(Saved entries)
-- -- --

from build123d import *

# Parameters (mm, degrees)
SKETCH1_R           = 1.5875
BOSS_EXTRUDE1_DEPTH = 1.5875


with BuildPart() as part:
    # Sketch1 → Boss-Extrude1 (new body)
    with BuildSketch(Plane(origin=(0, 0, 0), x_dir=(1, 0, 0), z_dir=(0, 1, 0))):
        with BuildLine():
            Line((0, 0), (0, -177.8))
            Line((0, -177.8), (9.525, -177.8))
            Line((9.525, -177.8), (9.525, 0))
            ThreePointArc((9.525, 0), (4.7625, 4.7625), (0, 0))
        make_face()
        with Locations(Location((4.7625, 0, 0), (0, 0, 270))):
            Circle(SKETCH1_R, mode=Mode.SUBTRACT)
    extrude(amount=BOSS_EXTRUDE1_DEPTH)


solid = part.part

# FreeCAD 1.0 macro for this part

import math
import FreeCAD as App
import Part
import Sketcher
Q = App.Units.Quantity

doc = App.newDocument("Part")
body = doc.addObject("PartDesign::Body", "Body")

sketch1 = body.newObject("Sketcher::SketchObject", "Sketch")
sketch1.AttachmentSupport = (doc.getObject("XZ_Plane"), [""])
sketch1.MapMode = "FlatFace"
sketch1.addGeometry([
    Part.LineSegment(App.Vector(0, 0, 0), App.Vector(0, 177.8, 0)),
    Part.LineSegment(App.Vector(0, 177.8, 0), App.Vector(9.525, 177.8, 0)),
    Part.LineSegment(App.Vector(9.525, 177.8, 0), App.Vector(9.525, 0, 0)),
    Part.ArcOfCircle(Part.Circle(App.Vector(4.7625, 0, 0), App.Vector(0, 0, 1), 4.7625), math.radians(180), math.radians(360)),
    Part.Circle(App.Vector(4.7625, 0, 0), App.Vector(0, 0, 1), 1.5875),
], False)
sketch1.addConstraint([
    Sketcher.Constraint("Coincident", 0, 2, 1, 1),
    Sketcher.Constraint("Coincident", 1, 2, 2, 1),
    Sketcher.Constraint("Tangent", 2, 2, 3, 2),
    Sketcher.Constraint("Tangent", 3, 1, 0, 1),
    Sketcher.Constraint("Vertical", 0),
    Sketcher.Constraint("Horizontal", 1),
    Sketcher.Constraint("Vertical", 2),
    Sketcher.Constraint("Coincident", 3, 1, -1, 1),
    Sketcher.Constraint("Coincident", 4, 3, 3, 3),
    Sketcher.Constraint("DistanceY", 0, 1, 0, 2, Q("7 in")),
    Sketcher.Constraint("Diameter", 4, Q("0.125 in")),
    Sketcher.Constraint("Radius", 3, Q("0.1875 in")),
])
pad1 = body.newObject("PartDesign::Pad", "Pad")
pad1.Profile = sketch1
pad1.Length = Q("0.0625 in")
pad1.Reversed = True

doc.recompute()
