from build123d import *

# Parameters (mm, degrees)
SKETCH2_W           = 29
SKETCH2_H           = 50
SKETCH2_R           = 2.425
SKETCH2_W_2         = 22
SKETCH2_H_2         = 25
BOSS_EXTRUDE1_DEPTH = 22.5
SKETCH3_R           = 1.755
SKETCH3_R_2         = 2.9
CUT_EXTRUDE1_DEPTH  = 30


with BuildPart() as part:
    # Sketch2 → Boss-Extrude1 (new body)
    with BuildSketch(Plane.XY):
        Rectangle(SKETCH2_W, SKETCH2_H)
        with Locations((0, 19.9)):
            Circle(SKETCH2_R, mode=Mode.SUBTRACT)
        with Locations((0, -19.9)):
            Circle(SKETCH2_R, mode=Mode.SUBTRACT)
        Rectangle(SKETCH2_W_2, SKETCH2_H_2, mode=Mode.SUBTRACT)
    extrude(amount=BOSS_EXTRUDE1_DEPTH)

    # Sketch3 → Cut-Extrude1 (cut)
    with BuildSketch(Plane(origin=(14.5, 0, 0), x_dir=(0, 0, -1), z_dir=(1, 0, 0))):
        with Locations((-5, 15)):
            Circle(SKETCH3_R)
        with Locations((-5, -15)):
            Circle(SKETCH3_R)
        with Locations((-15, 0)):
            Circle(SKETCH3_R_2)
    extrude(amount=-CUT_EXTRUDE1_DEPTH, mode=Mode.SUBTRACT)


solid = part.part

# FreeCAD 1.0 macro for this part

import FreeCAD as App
import Part
import Sketcher


def add_polygon(sketch, points):
    """Adds a closed chain of lines whose ends are joined by coincident constraints."""
    first, n = sketch.GeometryCount, len(points)
    for a, b in zip(points, points[1:] + points[:1]):
        sketch.addGeometry(Part.LineSegment(App.Vector(*a, 0), App.Vector(*b, 0)), False)
    for i in range(n):
        sketch.addConstraint(Sketcher.Constraint("Coincident", first + i, 2, first + (i + 1) % n, 1))

doc = App.newDocument("Part")
body = doc.addObject("PartDesign::Body", "Body")

# Sketch on XY plane
sketch1 = body.newObject("Sketcher::SketchObject", "Sketch")
sketch1.AttachmentSupport = (doc.getObject("XY_Plane"), [""])
sketch1.MapMode = "FlatFace"
add_polygon(sketch1, [(-14.5, 25), (-14.5, -25), (14.5, -25), (14.5, 25)])  # lines 0-3
sketch1.addGeometry(Part.Circle(App.Vector(0, -19.9, 0), App.Vector(0, 0, 1), 2.4), False)  # 4
add_polygon(sketch1, [(11, -12.5), (-11, -12.5), (-11, 12.5), (11, 12.5)])  # lines 5-8
sketch1.addGeometry(Part.Circle(App.Vector(0, 19.9, 0), App.Vector(0, 0, 1), 2.4), False)  # 9
sketch1.addConstraint([
    Sketcher.Constraint("Vertical", 0),
    Sketcher.Constraint("Horizontal", 1),
    Sketcher.Constraint("Vertical", 2),
    Sketcher.Constraint("Horizontal", 3),
    Sketcher.Constraint("Horizontal", 5),
    Sketcher.Constraint("Vertical", 6),
    Sketcher.Constraint("Horizontal", 7),
    Sketcher.Constraint("Vertical", 8),
    Sketcher.Constraint("Equal", 4, 9),
    Sketcher.Constraint("Symmetric", 4, 3, 9, 3, -1, 1),
    Sketcher.Constraint("Symmetric", 0, 2, 2, 2, -1, 1),
    Sketcher.Constraint("Symmetric", 5, 2, 7, 2, -1, 1),
    Sketcher.Constraint("PointOnObject", 4, 3, -2),
    Sketcher.Constraint("Diameter", 4, 4.85),
    Sketcher.Constraint("DistanceX", 1, 1, 1, 2, 29.0),
    Sketcher.Constraint("DistanceX", 5, 2, 5, 1, 22.0),
    Sketcher.Constraint("DistanceY", 0, 2, 0, 1, 50.0),
    Sketcher.Constraint("DistanceY", 6, 1, 6, 2, 25.0),
    Sketcher.Constraint("DistanceY", 4, 3, -1, 1, 19.9),
])
pad1 = body.newObject("PartDesign::Pad", "Pad")
pad1.Profile = sketch1
pad1.Length = 22.5

# Sketch on YZ plane
sketch2 = body.newObject("Sketcher::SketchObject", "Sketch001")
sketch2.AttachmentSupport = (doc.getObject("YZ_Plane"), [""])
sketch2.MapMode = "FlatFace"
sketch2.AttachmentOffset = App.Placement(App.Vector(0, 0, 14.5), App.Rotation())
sketch2.addGeometry([
    Part.Circle(App.Vector(15, 5, 0), App.Vector(0, 0, 1), 1.8),
    Part.Circle(App.Vector(-15, 5, 0), App.Vector(0, 0, 1), 1.8),
    Part.Circle(App.Vector(0, 15, 0), App.Vector(0, 0, 1), 2.9),
], False)
sketch2.addConstraint([
    Sketcher.Constraint("Equal", 0, 1),
    Sketcher.Constraint("Symmetric", 0, 3, 1, 3, -2),
    Sketcher.Constraint("PointOnObject", 2, 3, -2),
    Sketcher.Constraint("Diameter", 2, 5.8),
    Sketcher.Constraint("Diameter", 0, 3.51),
    Sketcher.Constraint("DistanceX", -1, 1, 0, 3, 15.0),
    Sketcher.Constraint("DistanceY", -1, 1, 0, 3, 5.0),
    Sketcher.Constraint("DistanceY", -1, 1, 2, 3, 15.0),
])
pocket1 = body.newObject("PartDesign::Pocket", "Pocket")
pocket1.Profile = sketch2
pocket1.Length = 30

doc.recompute()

-- -- --

Directions for this task: Wherever "Locations" occurs in the records above, copy the line it sits in.

Solution for this problem:
        with Locations(Location((4.7625, 0, 0), (0, 0, 270))):
        with Locations((0, 19.9)):
        with Locations((0, -19.9)):
        with Locations((-5, 15)):
        with Locations((-5, -15)):
        with Locations((-15, 0)):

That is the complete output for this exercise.